- Problem -
Set down exactly, from the records below, the line with "#102=ADVANCED_FACE('',(#97,#100),#101,.T.);" through the line with "A parametric FreeCAD", and nothing else.

Records from a dataset:
═══

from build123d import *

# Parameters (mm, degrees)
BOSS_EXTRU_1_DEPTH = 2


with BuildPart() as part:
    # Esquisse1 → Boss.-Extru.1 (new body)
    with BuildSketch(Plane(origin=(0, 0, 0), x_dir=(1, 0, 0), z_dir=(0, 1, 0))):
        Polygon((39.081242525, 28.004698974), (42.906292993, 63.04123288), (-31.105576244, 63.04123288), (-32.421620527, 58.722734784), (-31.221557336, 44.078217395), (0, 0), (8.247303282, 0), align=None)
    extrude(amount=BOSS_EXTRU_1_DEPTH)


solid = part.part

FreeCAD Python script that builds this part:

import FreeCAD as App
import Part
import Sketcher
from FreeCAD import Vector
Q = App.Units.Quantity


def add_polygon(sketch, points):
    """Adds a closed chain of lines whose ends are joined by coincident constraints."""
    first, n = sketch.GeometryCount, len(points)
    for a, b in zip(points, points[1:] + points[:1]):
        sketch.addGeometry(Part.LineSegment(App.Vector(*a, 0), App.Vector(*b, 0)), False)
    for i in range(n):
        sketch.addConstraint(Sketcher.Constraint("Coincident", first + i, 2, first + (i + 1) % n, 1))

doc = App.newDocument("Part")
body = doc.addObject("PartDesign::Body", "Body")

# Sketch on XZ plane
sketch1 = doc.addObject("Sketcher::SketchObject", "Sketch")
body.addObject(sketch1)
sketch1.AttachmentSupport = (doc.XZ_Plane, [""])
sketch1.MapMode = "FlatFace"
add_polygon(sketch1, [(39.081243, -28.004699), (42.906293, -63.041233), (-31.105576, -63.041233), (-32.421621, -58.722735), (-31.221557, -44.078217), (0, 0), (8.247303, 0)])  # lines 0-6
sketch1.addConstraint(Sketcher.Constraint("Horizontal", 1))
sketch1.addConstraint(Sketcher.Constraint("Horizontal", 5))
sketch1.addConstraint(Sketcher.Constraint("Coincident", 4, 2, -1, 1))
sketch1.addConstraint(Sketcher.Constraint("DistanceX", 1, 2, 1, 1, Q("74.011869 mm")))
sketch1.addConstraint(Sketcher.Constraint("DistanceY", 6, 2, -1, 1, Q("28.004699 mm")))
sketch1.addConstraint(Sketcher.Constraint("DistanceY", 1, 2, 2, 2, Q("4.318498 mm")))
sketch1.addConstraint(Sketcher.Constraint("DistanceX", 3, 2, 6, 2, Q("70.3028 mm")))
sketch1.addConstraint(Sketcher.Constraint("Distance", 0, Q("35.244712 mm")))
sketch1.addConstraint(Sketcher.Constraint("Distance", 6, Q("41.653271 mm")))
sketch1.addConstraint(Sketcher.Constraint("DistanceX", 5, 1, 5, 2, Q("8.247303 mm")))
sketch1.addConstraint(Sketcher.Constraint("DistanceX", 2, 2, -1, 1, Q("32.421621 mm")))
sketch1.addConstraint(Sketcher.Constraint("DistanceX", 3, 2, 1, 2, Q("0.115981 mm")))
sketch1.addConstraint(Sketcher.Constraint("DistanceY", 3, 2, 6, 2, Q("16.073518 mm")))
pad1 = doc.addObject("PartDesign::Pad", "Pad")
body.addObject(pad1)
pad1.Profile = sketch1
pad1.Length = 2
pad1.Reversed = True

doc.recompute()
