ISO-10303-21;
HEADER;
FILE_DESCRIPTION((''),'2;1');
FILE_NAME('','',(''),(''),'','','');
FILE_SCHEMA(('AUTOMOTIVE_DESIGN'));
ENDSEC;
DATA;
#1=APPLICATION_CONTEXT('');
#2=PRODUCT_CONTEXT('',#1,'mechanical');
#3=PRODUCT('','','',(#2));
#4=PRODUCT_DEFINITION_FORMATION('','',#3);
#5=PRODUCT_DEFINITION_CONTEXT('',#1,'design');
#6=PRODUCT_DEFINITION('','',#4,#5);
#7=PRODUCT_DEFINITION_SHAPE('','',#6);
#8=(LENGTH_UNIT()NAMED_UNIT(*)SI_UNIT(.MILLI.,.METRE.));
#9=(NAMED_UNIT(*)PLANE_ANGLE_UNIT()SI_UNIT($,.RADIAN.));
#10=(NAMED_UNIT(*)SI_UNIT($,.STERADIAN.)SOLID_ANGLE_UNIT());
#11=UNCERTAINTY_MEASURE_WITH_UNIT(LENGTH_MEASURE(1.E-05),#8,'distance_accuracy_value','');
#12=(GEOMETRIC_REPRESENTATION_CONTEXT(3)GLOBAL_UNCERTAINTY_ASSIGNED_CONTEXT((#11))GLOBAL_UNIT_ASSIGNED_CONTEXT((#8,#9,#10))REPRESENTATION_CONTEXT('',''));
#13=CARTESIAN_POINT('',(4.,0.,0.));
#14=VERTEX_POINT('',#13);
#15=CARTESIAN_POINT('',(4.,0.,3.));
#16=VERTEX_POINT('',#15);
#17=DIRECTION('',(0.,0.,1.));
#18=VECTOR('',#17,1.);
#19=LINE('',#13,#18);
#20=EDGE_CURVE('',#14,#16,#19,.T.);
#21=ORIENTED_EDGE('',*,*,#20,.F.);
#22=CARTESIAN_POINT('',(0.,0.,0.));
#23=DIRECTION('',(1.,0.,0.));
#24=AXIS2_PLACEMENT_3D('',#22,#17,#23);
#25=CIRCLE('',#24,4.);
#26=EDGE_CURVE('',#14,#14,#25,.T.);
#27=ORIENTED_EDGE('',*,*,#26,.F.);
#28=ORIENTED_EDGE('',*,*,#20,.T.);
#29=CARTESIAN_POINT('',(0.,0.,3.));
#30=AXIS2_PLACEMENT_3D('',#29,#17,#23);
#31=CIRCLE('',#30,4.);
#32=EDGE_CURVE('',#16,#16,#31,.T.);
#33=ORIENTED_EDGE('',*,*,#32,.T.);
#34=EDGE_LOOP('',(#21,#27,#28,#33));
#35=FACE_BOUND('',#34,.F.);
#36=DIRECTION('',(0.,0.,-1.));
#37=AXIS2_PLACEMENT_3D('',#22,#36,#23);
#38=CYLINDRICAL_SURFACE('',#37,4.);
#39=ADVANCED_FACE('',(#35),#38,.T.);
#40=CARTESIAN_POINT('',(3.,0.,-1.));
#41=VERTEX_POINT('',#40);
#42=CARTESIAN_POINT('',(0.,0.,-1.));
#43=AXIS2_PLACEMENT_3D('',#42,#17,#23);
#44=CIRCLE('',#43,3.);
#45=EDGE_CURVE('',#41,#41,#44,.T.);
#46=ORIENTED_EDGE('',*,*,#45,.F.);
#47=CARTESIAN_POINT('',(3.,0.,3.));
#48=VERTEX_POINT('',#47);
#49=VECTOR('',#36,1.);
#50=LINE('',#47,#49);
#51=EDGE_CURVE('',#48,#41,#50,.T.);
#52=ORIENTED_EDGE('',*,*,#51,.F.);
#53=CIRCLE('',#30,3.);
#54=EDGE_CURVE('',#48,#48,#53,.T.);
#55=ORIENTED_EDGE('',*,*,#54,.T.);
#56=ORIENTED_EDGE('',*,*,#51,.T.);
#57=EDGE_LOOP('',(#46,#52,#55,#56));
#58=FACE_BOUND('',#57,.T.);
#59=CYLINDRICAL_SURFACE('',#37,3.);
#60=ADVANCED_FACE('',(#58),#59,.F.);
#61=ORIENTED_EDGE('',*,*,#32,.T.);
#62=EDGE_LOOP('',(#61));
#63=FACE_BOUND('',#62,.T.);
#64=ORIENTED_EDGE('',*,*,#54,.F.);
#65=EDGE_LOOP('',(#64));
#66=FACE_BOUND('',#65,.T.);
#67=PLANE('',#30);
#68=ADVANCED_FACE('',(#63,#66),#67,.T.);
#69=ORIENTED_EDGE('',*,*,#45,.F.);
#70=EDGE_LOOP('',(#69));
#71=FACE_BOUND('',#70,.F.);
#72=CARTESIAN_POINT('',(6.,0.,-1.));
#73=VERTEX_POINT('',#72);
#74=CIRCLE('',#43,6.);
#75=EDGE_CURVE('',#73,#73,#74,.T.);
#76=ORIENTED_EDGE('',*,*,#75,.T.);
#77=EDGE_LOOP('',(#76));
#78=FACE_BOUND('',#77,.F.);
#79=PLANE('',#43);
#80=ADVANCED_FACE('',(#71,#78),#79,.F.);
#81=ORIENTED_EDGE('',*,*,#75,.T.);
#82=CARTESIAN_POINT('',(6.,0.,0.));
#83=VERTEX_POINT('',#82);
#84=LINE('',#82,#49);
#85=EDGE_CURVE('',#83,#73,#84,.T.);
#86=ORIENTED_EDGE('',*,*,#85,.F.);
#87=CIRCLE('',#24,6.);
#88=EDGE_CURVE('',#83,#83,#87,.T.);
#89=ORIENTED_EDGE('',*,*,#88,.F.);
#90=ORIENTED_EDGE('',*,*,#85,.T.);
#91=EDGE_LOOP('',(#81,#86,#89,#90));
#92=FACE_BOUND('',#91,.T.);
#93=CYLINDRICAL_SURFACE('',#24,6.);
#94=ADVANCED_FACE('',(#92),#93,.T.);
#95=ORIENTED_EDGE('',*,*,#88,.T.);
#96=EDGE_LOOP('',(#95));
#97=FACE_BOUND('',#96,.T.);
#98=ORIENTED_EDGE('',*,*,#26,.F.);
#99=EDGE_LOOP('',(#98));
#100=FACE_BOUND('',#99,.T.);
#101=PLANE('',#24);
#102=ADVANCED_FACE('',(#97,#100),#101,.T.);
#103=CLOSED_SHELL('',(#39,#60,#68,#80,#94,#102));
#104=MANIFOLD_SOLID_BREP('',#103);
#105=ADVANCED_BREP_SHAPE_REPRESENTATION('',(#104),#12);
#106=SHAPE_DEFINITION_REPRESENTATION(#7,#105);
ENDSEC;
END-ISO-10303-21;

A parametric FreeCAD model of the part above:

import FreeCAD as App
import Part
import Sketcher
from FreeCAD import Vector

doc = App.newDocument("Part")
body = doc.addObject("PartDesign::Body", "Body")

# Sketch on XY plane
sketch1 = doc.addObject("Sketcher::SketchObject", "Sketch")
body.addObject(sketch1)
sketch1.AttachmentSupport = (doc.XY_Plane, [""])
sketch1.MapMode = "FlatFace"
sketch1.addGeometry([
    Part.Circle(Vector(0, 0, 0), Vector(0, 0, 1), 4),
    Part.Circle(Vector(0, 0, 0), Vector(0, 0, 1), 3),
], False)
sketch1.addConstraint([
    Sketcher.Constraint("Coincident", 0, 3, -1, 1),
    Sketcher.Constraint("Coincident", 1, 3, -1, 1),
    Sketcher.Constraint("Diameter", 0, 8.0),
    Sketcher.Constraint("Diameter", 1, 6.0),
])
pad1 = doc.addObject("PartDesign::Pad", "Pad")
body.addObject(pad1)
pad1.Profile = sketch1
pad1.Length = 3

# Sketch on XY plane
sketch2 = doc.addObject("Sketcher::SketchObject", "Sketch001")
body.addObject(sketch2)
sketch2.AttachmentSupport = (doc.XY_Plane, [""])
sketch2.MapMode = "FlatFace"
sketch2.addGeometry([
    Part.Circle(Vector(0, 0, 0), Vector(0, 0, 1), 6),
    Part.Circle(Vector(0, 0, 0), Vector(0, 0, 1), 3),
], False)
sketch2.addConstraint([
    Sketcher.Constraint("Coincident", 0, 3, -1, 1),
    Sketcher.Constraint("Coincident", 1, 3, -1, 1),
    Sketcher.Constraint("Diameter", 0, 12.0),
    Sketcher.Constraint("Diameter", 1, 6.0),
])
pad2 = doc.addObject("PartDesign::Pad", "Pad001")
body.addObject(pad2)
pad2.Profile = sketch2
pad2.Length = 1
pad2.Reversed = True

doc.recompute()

═══

- The completed task -
#102=ADVANCED_FACE('',(#97,#100),#101,.T.);
#103=CLOSED_SHELL('',(#39,#60,#68,#80,#94,#102));
#104=MANIFOLD_SOLID_BREP('',#103);
#105=ADVANCED_BREP_SHAPE_REPRESENTATION('',(#104),#12);
#106=SHAPE_DEFINITION_REPRESENTATION(#7,#105);
ENDSEC;
END-ISO-10303-21;

A parametric FreeCAD model of the part above:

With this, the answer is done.